[Stored items]
┄┄┄┄┄┄┄┄┄┄

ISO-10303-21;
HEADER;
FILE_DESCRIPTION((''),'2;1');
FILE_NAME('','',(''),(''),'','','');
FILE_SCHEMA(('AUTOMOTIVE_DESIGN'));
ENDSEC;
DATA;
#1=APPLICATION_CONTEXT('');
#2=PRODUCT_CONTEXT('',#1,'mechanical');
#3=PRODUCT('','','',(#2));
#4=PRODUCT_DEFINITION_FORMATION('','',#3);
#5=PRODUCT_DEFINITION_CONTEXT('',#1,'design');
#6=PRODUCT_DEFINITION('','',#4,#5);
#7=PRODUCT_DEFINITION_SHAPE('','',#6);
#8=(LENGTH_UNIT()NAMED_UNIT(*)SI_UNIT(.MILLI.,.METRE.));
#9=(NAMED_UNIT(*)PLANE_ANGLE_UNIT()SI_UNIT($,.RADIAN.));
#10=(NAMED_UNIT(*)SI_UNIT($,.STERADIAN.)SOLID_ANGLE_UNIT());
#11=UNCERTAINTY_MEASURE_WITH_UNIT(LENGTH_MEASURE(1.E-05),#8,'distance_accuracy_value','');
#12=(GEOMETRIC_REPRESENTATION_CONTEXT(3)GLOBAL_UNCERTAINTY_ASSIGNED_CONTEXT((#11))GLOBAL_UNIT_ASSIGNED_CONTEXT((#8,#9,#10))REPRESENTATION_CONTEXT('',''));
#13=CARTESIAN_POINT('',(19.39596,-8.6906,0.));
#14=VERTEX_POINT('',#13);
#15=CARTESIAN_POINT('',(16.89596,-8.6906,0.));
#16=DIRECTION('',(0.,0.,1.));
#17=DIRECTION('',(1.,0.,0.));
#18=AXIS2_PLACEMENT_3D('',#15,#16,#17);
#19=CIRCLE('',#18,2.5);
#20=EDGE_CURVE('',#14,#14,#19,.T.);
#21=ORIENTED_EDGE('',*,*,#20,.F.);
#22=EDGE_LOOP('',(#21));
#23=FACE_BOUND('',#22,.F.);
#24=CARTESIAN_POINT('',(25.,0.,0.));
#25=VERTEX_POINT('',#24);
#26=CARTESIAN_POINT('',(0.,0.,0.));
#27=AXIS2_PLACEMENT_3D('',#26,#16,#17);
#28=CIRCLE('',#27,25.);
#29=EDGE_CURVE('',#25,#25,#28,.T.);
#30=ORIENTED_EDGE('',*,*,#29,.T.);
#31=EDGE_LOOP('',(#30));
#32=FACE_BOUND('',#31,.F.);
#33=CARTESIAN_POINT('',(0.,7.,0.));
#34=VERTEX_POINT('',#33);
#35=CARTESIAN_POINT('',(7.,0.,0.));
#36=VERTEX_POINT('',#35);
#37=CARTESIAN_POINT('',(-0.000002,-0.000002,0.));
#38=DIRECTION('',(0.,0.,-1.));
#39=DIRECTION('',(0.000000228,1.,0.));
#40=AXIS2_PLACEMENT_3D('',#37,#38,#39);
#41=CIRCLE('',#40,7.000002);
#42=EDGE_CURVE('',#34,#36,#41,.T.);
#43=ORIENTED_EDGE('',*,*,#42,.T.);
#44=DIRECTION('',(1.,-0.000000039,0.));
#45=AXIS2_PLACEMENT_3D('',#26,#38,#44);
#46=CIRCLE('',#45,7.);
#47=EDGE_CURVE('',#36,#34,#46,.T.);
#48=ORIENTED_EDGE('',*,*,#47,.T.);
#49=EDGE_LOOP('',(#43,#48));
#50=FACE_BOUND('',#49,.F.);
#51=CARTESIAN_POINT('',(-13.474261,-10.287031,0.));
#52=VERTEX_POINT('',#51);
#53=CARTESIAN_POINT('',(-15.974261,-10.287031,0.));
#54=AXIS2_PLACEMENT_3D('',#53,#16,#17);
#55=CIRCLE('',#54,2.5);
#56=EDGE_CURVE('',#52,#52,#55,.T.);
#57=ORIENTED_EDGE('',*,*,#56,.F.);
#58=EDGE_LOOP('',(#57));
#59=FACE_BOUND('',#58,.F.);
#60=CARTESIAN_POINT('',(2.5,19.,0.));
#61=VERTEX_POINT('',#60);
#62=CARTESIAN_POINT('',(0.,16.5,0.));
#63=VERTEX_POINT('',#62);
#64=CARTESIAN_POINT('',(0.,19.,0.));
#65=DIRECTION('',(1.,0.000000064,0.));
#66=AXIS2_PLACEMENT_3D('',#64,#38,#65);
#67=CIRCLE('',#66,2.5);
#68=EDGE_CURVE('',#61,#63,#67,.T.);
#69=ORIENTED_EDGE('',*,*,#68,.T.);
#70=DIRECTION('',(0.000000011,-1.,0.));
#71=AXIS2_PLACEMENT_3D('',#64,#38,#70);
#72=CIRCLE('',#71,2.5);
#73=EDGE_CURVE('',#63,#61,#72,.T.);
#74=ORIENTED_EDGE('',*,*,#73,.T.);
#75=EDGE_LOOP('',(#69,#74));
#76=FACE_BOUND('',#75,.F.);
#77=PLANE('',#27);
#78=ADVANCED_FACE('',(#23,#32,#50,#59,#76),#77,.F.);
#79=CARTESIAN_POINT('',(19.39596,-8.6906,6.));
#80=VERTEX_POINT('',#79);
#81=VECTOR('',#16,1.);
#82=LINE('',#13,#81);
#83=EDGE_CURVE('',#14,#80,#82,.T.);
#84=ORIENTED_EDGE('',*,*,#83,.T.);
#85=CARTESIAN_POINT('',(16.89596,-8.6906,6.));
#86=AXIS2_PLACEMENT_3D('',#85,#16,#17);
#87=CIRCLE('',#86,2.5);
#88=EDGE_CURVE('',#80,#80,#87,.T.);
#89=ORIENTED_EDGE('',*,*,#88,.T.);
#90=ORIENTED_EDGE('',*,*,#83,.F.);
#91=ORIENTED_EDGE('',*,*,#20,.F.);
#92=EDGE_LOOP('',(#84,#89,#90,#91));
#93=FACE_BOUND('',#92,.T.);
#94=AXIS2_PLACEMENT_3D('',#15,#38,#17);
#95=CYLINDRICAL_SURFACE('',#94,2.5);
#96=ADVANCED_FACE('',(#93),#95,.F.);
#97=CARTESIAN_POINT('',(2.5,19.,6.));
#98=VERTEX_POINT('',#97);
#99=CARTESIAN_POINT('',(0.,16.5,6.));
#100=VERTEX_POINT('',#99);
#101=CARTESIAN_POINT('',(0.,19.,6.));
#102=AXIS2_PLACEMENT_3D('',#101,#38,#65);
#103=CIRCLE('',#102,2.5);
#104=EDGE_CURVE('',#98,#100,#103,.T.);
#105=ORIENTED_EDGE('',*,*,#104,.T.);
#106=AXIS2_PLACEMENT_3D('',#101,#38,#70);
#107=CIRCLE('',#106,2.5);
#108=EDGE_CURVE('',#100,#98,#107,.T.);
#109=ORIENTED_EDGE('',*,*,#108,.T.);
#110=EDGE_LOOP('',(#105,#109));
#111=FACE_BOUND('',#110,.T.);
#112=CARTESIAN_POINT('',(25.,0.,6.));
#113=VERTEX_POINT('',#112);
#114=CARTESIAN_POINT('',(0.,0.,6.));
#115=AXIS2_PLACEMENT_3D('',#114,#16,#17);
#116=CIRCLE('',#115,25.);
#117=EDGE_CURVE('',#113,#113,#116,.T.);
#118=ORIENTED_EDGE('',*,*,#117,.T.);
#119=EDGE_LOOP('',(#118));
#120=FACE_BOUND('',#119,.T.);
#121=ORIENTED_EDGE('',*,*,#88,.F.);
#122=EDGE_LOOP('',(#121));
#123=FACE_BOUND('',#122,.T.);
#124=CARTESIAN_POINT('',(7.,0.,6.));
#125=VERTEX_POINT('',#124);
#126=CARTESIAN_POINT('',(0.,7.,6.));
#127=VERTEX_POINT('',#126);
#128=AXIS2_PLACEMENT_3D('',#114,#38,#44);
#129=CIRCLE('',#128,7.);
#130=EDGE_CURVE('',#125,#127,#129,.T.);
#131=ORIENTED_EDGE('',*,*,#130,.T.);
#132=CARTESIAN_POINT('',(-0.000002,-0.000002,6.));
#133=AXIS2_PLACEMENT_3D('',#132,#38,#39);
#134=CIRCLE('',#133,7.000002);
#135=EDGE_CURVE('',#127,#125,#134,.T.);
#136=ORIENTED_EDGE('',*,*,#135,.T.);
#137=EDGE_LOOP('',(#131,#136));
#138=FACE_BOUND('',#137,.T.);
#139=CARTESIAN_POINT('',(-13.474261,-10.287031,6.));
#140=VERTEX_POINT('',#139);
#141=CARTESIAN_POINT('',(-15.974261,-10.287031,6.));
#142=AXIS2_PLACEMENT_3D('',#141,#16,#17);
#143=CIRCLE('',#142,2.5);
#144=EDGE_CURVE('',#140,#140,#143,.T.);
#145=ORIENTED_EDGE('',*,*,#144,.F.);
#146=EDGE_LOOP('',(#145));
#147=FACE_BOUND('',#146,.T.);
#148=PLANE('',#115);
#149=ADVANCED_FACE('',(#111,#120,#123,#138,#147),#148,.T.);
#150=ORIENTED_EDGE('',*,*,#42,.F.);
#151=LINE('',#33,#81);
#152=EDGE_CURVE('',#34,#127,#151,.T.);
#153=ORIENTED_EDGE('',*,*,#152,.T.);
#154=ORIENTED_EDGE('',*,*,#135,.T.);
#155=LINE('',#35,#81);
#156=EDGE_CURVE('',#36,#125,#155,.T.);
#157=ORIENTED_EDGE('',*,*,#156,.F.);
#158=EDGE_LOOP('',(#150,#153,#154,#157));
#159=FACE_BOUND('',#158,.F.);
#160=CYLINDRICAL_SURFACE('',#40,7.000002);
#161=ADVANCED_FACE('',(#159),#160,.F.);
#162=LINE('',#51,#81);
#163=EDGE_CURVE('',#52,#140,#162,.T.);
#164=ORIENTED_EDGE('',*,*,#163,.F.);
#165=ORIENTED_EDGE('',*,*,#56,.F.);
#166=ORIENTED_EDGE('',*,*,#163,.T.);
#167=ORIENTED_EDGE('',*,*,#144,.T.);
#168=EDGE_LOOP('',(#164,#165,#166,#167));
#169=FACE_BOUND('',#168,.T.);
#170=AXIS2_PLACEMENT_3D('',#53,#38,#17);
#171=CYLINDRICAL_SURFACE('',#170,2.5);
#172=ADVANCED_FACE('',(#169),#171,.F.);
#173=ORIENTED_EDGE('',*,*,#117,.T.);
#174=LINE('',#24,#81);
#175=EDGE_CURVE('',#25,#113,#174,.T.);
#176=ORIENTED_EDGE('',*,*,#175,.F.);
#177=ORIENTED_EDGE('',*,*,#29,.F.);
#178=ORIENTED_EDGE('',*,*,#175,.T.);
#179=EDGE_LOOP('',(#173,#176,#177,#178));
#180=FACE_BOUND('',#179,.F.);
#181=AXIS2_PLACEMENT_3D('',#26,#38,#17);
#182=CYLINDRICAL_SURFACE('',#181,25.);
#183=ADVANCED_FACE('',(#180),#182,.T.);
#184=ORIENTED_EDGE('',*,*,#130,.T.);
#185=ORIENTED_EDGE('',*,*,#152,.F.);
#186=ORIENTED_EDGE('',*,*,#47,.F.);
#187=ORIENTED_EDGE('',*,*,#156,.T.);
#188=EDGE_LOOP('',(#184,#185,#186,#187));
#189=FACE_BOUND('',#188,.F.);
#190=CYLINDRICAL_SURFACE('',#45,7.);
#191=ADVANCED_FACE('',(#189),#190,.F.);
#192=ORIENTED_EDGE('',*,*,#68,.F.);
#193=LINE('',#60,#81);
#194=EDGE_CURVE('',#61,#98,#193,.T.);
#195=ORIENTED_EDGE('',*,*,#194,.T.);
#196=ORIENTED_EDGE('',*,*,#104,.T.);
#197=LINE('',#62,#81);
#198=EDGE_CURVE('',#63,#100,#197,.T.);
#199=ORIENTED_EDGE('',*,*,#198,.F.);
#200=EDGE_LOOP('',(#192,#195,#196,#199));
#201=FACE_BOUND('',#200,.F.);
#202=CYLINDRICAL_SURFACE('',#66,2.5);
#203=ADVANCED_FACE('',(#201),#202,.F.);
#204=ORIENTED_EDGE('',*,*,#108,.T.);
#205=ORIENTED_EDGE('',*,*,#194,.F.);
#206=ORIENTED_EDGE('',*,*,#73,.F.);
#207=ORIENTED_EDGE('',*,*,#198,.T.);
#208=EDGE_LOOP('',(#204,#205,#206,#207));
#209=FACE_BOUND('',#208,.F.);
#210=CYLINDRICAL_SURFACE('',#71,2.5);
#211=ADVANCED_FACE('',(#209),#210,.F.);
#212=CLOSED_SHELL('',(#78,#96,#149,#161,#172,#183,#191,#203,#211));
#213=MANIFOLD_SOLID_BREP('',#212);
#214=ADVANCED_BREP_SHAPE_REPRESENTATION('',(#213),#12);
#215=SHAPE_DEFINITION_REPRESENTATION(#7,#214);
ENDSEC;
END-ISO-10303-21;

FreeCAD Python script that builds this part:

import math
import FreeCAD as App
import Part
import Sketcher
from FreeCAD import Vector
Q = App.Units.Quantity

doc = App.newDocument("Part")
params = doc.addObject("Spreadsheet::Sheet", "Params")
for row, (alias, value) in enumerate([
    ("sketch1_diameter", "50 mm"),
    ("sketch1_diameter2", "5 mm"),
    ("sketch1_radius", "7 mm"),
    ("pad1_length", "6 mm"),
], start=1):
    params.set(f"A{row}", alias)
    params.set(f"B{row}", "=" + value)
    params.setAlias(f"B{row}", alias)

body = doc.addObject("PartDesign::Body", "Body")

# Sketch on XY plane
sketch1 = body.newObject("Sketcher::SketchObject", "Sketch")
sketch1.AttachmentSupport = (doc.getObject("XY_Plane"), [""])
sketch1.MapMode = "FlatFace"
sketch1.addGeometry([
    Part.Circle(Vector(0, 0, 0), Vector(0, 0, 1), 25),  # 0
    Part.Circle(Vector(-16, -10.3, 0), Vector(0, 0, 1), 2.5),  # 1
    Part.ArcOfCircle(Part.Circle(Vector(0, 0, 0), Vector(0, 0, 1), 7), math.radians(90), math.radians(360)),  # 2
    Part.ArcOfCircle(Part.Circle(Vector(0, 0, 0), Vector(0, 0, 1), 7), math.radians(0), math.radians(90)),  # 3
    Part.Circle(Vector(16.9, -8.7, 0), Vector(0, 0, 1), 2.5),  # 4
    Part.ArcOfCircle(Part.Circle(Vector(0, 19, 0), Vector(0, 0, 1), 2.5), math.radians(0), math.radians(270)),  # 5
    Part.ArcOfCircle(Part.Circle(Vector(0, 19, 0), Vector(0, 0, 1), 2.5), math.radians(-90), math.radians(0)),  # 6
], False)
sketch1.addConstraint([
    Sketcher.Constraint("Tangent", 2, 1, 3, 2),
    Sketcher.Constraint("Coincident", 3, 1, 2, 2),
    Sketcher.Constraint("Tangent", 5, 1, 6, 2),
    Sketcher.Constraint("Coincident", 6, 1, 5, 2),
    Sketcher.Constraint("Coincident", 0, 3, -1, 1),
    Sketcher.Constraint("Coincident", 2, 3, -1, 1),
    Sketcher.Constraint("Equal", 1, 4),
    Sketcher.Constraint("Equal", 4, 5),
    Sketcher.Constraint("PointOnObject", 5, 3, -2),
    Sketcher.Constraint("PointOnObject", 2, 1, -2),
    Sketcher.Constraint("PointOnObject", 3, 1, -1),
    Sketcher.Constraint("PointOnObject", 6, 1, -2),
    Sketcher.Constraint("Horizontal", 6, 3, 5, 1),
    Sketcher.Constraint("Diameter", 0, Q("50 mm")),
    Sketcher.Constraint("Diameter", 1, Q("5 mm")),
    Sketcher.Constraint("Radius", 2, Q("7 mm")),
    Sketcher.Constraint("DistanceY", -1, 1, 5, 3, Q("19 mm")),
    Sketcher.Constraint("DistanceY", 4, 3, -1, 1, Q("8.6906 mm")),
    Sketcher.Constraint("DistanceX", 1, 3, -1, 1, Q("15.974261 mm")),
    Sketcher.Constraint("DistanceY", 1, 3, -1, 1, Q("10.287031 mm")),
    Sketcher.Constraint("DistanceX", -1, 1, 4, 3, Q("16.89596 mm")),
])
sketch1.setExpression("Constraints[13]", "Params.sketch1_diameter")
sketch1.setExpression("Constraints[14]", "Params.sketch1_diameter2")
sketch1.setExpression("Constraints[15]", "Params.sketch1_radius")
pad1 = body.newObject("PartDesign::Pad", "Pad")
pad1.Profile = sketch1
pad1.setExpression("Length", "Params.pad1_length")

doc.recompute()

┄┄┄┄┄┄┄┄┄┄

### What the task requires
Out of the entries above, write out only the lines between the line holding "#44=DIRECTION('',(1.,-0.000000039,0.));" and the line holding "#56=EDGE_CURVE('',#52,#52,#55,.T.);", inclusive, each exactly as given.

### Answer space
#44=DIRECTION('',(1.,-0.000000039,0.));
#45=AXIS2_PLACEMENT_3D('',#26,#38,#44);
#46=CIRCLE('',#45,7.);
#47=EDGE_CURVE('',#36,#34,#46,.T.);
#48=ORIENTED_EDGE('',*,*,#47,.T.);
#49=EDGE_LOOP('',(#43,#48));
#50=FACE_BOUND('',#49,.F.);
#51=CARTESIAN_POINT('',(-13.474261,-10.287031,0.));
#52=VERTEX_POINT('',#51);
#53=CARTESIAN_POINT('',(-15.974261,-10.287031,0.));
#54=AXIS2_PLACEMENT_3D('',#53,#16,#17);
#55=CIRCLE('',#54,2.5);
#56=EDGE_CURVE('',#52,#52,#55,.T.);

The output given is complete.